» **EXERCISE**
Wherever the line with "#150=ORIENTED_EDGE('',*,*,#22,.F.);" sits in the listing below, transcribe from it up to and including the line with "#161=ORIENTED_EDGE('',*,*,#58,.F.);", exactly, and leave the remaining lines out.

[SUPPLIED DATA]

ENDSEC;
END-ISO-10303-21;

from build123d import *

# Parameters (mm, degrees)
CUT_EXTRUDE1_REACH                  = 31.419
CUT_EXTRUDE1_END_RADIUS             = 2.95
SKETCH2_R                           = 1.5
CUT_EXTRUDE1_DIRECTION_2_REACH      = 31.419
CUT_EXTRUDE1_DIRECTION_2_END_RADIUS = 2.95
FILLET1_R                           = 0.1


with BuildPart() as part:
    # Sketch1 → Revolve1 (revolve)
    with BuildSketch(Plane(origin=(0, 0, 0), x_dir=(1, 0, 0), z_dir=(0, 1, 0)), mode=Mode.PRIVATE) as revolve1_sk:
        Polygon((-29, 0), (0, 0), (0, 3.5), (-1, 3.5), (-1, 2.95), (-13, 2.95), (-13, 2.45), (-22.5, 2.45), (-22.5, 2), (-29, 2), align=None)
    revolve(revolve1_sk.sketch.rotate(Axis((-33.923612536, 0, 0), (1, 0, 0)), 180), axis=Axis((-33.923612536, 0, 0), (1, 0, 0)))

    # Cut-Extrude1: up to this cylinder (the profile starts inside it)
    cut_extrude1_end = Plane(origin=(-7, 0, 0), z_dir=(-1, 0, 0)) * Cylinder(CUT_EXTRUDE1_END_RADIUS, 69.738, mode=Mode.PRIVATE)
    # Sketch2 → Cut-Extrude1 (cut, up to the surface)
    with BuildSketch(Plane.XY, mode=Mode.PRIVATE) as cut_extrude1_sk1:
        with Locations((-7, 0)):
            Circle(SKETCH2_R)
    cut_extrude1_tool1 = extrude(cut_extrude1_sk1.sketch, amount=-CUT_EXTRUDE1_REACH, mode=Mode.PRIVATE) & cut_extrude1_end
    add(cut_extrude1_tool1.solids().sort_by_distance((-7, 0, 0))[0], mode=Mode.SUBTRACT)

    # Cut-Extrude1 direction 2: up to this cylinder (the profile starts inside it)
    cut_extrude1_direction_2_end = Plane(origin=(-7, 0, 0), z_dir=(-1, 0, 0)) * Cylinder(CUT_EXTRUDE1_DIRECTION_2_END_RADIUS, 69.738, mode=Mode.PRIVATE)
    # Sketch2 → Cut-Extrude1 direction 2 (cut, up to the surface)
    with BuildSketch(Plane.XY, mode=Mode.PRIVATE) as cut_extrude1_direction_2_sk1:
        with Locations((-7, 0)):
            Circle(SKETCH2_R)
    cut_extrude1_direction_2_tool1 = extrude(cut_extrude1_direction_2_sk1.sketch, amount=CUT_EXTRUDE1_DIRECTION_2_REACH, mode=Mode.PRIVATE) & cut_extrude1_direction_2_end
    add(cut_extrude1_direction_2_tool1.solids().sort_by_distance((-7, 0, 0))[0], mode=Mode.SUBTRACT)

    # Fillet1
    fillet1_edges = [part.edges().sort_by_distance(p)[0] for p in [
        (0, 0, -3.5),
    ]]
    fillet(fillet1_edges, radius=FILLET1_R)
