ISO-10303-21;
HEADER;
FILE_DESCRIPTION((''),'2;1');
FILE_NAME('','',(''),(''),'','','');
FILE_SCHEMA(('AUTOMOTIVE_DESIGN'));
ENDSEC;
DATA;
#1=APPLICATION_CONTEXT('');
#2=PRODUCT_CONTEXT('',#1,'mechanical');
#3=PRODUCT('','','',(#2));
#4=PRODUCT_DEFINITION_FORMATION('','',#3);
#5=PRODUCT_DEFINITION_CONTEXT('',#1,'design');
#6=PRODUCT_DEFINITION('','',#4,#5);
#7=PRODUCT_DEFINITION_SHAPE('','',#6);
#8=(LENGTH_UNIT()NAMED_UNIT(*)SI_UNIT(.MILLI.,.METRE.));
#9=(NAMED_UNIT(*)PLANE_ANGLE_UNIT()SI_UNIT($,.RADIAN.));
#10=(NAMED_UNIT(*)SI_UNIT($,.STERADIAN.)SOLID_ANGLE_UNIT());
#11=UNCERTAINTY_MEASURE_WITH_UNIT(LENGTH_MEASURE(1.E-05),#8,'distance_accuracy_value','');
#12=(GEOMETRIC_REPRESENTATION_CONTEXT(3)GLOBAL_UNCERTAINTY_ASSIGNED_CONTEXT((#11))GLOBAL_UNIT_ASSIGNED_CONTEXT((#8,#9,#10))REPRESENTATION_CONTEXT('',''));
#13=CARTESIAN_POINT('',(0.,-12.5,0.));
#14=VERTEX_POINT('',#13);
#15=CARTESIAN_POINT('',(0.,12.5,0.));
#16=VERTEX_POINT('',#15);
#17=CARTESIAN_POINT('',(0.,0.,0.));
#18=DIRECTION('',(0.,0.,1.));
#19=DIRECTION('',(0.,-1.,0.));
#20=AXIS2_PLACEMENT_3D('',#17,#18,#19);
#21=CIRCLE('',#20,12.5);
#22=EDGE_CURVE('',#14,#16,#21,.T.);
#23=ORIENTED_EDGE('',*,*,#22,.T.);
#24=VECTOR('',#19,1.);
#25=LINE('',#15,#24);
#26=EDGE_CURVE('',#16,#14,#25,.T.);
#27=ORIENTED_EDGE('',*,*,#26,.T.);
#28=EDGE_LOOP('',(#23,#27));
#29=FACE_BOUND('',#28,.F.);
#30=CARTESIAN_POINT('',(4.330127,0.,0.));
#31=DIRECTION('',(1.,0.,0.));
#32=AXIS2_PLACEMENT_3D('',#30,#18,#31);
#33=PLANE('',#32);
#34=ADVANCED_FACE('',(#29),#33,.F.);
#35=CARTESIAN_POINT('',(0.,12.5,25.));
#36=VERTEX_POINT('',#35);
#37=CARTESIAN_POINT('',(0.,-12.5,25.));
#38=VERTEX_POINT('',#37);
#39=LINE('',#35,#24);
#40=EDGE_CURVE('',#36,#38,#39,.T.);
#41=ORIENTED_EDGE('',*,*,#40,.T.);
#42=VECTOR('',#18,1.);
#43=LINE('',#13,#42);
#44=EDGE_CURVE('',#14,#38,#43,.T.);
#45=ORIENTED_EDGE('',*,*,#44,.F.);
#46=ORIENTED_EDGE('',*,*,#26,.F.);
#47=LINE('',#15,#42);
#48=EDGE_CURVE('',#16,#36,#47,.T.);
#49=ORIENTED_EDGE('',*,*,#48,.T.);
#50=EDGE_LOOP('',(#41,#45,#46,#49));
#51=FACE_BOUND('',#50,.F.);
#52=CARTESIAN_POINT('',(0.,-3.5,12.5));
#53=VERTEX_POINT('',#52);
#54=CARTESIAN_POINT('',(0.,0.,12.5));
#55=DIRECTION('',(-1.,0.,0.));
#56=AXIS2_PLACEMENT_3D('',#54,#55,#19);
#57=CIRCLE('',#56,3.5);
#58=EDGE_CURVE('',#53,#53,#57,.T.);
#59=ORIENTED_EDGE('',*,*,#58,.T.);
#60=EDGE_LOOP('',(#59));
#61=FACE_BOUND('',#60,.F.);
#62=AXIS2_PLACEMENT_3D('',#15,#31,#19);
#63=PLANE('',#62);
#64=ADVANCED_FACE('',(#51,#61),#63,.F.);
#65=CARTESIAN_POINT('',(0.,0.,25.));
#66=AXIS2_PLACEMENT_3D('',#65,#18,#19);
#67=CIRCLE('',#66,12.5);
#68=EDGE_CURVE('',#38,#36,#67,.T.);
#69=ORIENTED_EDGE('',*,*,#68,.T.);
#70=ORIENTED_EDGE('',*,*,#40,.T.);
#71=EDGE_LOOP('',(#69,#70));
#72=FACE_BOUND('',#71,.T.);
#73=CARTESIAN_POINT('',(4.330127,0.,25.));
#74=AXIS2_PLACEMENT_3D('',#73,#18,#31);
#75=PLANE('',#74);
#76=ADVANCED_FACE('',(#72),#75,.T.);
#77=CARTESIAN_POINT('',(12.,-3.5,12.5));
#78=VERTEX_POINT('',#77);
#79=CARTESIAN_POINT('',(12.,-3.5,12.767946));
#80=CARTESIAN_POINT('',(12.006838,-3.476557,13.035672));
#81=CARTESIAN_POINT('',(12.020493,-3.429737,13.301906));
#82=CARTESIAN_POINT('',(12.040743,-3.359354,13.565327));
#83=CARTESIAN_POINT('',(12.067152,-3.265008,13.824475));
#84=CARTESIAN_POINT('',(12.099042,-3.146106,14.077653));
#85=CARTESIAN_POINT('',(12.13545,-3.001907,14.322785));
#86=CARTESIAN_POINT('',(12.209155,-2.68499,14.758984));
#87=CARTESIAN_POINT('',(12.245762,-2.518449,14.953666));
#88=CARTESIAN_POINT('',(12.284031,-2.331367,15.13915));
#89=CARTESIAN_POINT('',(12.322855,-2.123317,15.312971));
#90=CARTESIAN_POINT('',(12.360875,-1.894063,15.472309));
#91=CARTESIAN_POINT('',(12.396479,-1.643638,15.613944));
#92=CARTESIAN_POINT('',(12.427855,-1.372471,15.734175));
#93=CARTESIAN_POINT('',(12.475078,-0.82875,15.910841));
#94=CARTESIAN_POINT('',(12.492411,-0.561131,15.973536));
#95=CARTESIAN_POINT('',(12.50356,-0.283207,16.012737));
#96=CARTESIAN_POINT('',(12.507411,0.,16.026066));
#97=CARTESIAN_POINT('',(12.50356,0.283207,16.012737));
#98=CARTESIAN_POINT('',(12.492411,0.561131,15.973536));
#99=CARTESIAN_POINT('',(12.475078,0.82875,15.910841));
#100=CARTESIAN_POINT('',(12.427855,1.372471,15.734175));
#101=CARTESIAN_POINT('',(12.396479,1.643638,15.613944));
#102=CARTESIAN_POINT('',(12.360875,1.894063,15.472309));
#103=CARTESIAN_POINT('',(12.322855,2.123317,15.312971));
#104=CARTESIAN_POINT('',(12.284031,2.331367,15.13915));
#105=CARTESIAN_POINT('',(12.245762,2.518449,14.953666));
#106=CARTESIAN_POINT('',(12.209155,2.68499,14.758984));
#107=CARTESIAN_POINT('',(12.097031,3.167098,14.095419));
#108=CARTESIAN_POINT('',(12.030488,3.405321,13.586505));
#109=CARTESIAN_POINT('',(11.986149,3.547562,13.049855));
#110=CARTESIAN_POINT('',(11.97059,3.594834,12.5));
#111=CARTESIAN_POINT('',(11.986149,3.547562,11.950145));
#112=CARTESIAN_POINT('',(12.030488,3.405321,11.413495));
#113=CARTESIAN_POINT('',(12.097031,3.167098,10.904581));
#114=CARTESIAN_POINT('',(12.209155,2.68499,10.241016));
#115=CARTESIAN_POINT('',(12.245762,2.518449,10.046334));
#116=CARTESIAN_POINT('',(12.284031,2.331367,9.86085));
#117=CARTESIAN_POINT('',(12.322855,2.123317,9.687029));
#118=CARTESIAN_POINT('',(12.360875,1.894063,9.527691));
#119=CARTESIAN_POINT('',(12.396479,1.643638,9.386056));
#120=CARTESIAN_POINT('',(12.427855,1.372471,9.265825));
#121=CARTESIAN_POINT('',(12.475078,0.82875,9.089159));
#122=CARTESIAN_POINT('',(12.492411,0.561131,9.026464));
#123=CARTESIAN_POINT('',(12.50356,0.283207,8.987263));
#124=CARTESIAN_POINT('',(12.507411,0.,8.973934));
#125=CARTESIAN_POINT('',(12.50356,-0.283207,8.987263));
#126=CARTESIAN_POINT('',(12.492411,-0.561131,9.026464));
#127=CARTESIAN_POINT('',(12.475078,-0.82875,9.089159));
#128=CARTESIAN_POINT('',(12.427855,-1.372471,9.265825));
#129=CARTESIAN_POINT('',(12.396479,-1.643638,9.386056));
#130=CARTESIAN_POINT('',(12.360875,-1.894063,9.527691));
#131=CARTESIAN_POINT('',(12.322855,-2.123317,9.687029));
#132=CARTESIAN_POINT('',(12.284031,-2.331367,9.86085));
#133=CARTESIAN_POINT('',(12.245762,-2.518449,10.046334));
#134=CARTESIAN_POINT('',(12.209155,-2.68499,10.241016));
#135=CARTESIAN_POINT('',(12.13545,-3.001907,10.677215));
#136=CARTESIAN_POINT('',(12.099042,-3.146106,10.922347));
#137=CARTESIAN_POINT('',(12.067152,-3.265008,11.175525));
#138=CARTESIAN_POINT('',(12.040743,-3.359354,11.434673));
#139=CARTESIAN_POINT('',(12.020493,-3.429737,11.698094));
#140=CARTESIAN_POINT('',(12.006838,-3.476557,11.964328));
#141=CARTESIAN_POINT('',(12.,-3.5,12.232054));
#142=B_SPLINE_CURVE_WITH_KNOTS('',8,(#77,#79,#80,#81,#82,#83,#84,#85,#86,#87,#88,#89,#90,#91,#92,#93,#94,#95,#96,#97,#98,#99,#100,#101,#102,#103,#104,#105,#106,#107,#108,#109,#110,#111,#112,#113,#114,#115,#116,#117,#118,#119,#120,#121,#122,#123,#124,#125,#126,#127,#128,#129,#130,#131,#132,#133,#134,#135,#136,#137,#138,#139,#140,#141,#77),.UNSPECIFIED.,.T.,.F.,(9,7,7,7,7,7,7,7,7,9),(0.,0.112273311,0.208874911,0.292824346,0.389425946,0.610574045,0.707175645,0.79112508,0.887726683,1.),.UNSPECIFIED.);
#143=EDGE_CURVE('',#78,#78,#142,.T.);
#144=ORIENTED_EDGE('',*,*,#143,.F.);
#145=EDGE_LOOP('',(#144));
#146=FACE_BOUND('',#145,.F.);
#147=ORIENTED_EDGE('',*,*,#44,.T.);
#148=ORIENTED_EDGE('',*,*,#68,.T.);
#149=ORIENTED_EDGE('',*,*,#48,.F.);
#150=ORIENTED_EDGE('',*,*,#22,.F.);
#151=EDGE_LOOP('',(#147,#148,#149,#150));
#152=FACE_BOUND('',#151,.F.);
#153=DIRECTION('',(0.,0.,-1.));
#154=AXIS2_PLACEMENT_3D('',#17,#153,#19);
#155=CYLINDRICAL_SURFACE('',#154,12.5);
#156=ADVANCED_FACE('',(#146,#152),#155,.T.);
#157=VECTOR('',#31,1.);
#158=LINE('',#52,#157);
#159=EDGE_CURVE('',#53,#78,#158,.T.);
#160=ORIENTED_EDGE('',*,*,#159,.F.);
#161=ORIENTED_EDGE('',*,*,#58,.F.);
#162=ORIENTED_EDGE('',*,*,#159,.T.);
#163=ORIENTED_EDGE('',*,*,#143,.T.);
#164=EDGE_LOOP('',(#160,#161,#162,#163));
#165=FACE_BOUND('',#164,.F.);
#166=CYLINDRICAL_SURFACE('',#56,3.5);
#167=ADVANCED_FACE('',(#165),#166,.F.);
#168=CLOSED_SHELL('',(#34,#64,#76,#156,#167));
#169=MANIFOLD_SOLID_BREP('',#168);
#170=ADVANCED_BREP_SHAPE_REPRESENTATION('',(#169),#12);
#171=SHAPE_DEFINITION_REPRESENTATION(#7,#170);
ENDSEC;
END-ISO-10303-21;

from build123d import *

# Parameters (mm, degrees)
F1_DEPTH = 25
F2_R     = 3.5
F3_DEPTH = 25


with BuildPart() as f1:
    # F0 (on Top) → F1 (new body)
    with BuildSketch(Plane.XY):
        with BuildLine():
            Line((0, 12.5), (0, -12.5))
            ThreePointArc((0, -12.5), (12.5, 0), (0, 12.5))
        make_face()
    extrude(amount=F1_DEPTH)

    # F2 (on face) → F3 (cut)
    with BuildSketch(Plane(origin=(0, 0, 0), x_dir=(0, -1, 0), z_dir=(-1, 0, 0))):
        with Locations((0, 12.5)):
            Circle(F2_R)
    extrude(amount=-F3_DEPTH, mode=Mode.SUBTRACT)


solid = f1.part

[/SUPPLIED DATA]

» **ANSWER SPACE**
#150=ORIENTED_EDGE('',*,*,#22,.F.);
#151=EDGE_LOOP('',(#147,#148,#149,#150));
#152=FACE_BOUND('',#151,.F.);
#153=DIRECTION('',(0.,0.,-1.));
#154=AXIS2_PLACEMENT_3D('',#17,#153,#19);
#155=CYLINDRICAL_SURFACE('',#154,12.5);
#156=ADVANCED_FACE('',(#146,#152),#155,.T.);
#157=VECTOR('',#31,1.);
#158=LINE('',#52,#157);
#159=EDGE_CURVE('',#53,#78,#158,.T.);
#160=ORIENTED_EDGE('',*,*,#159,.F.);
#161=ORIENTED_EDGE('',*,*,#58,.F.);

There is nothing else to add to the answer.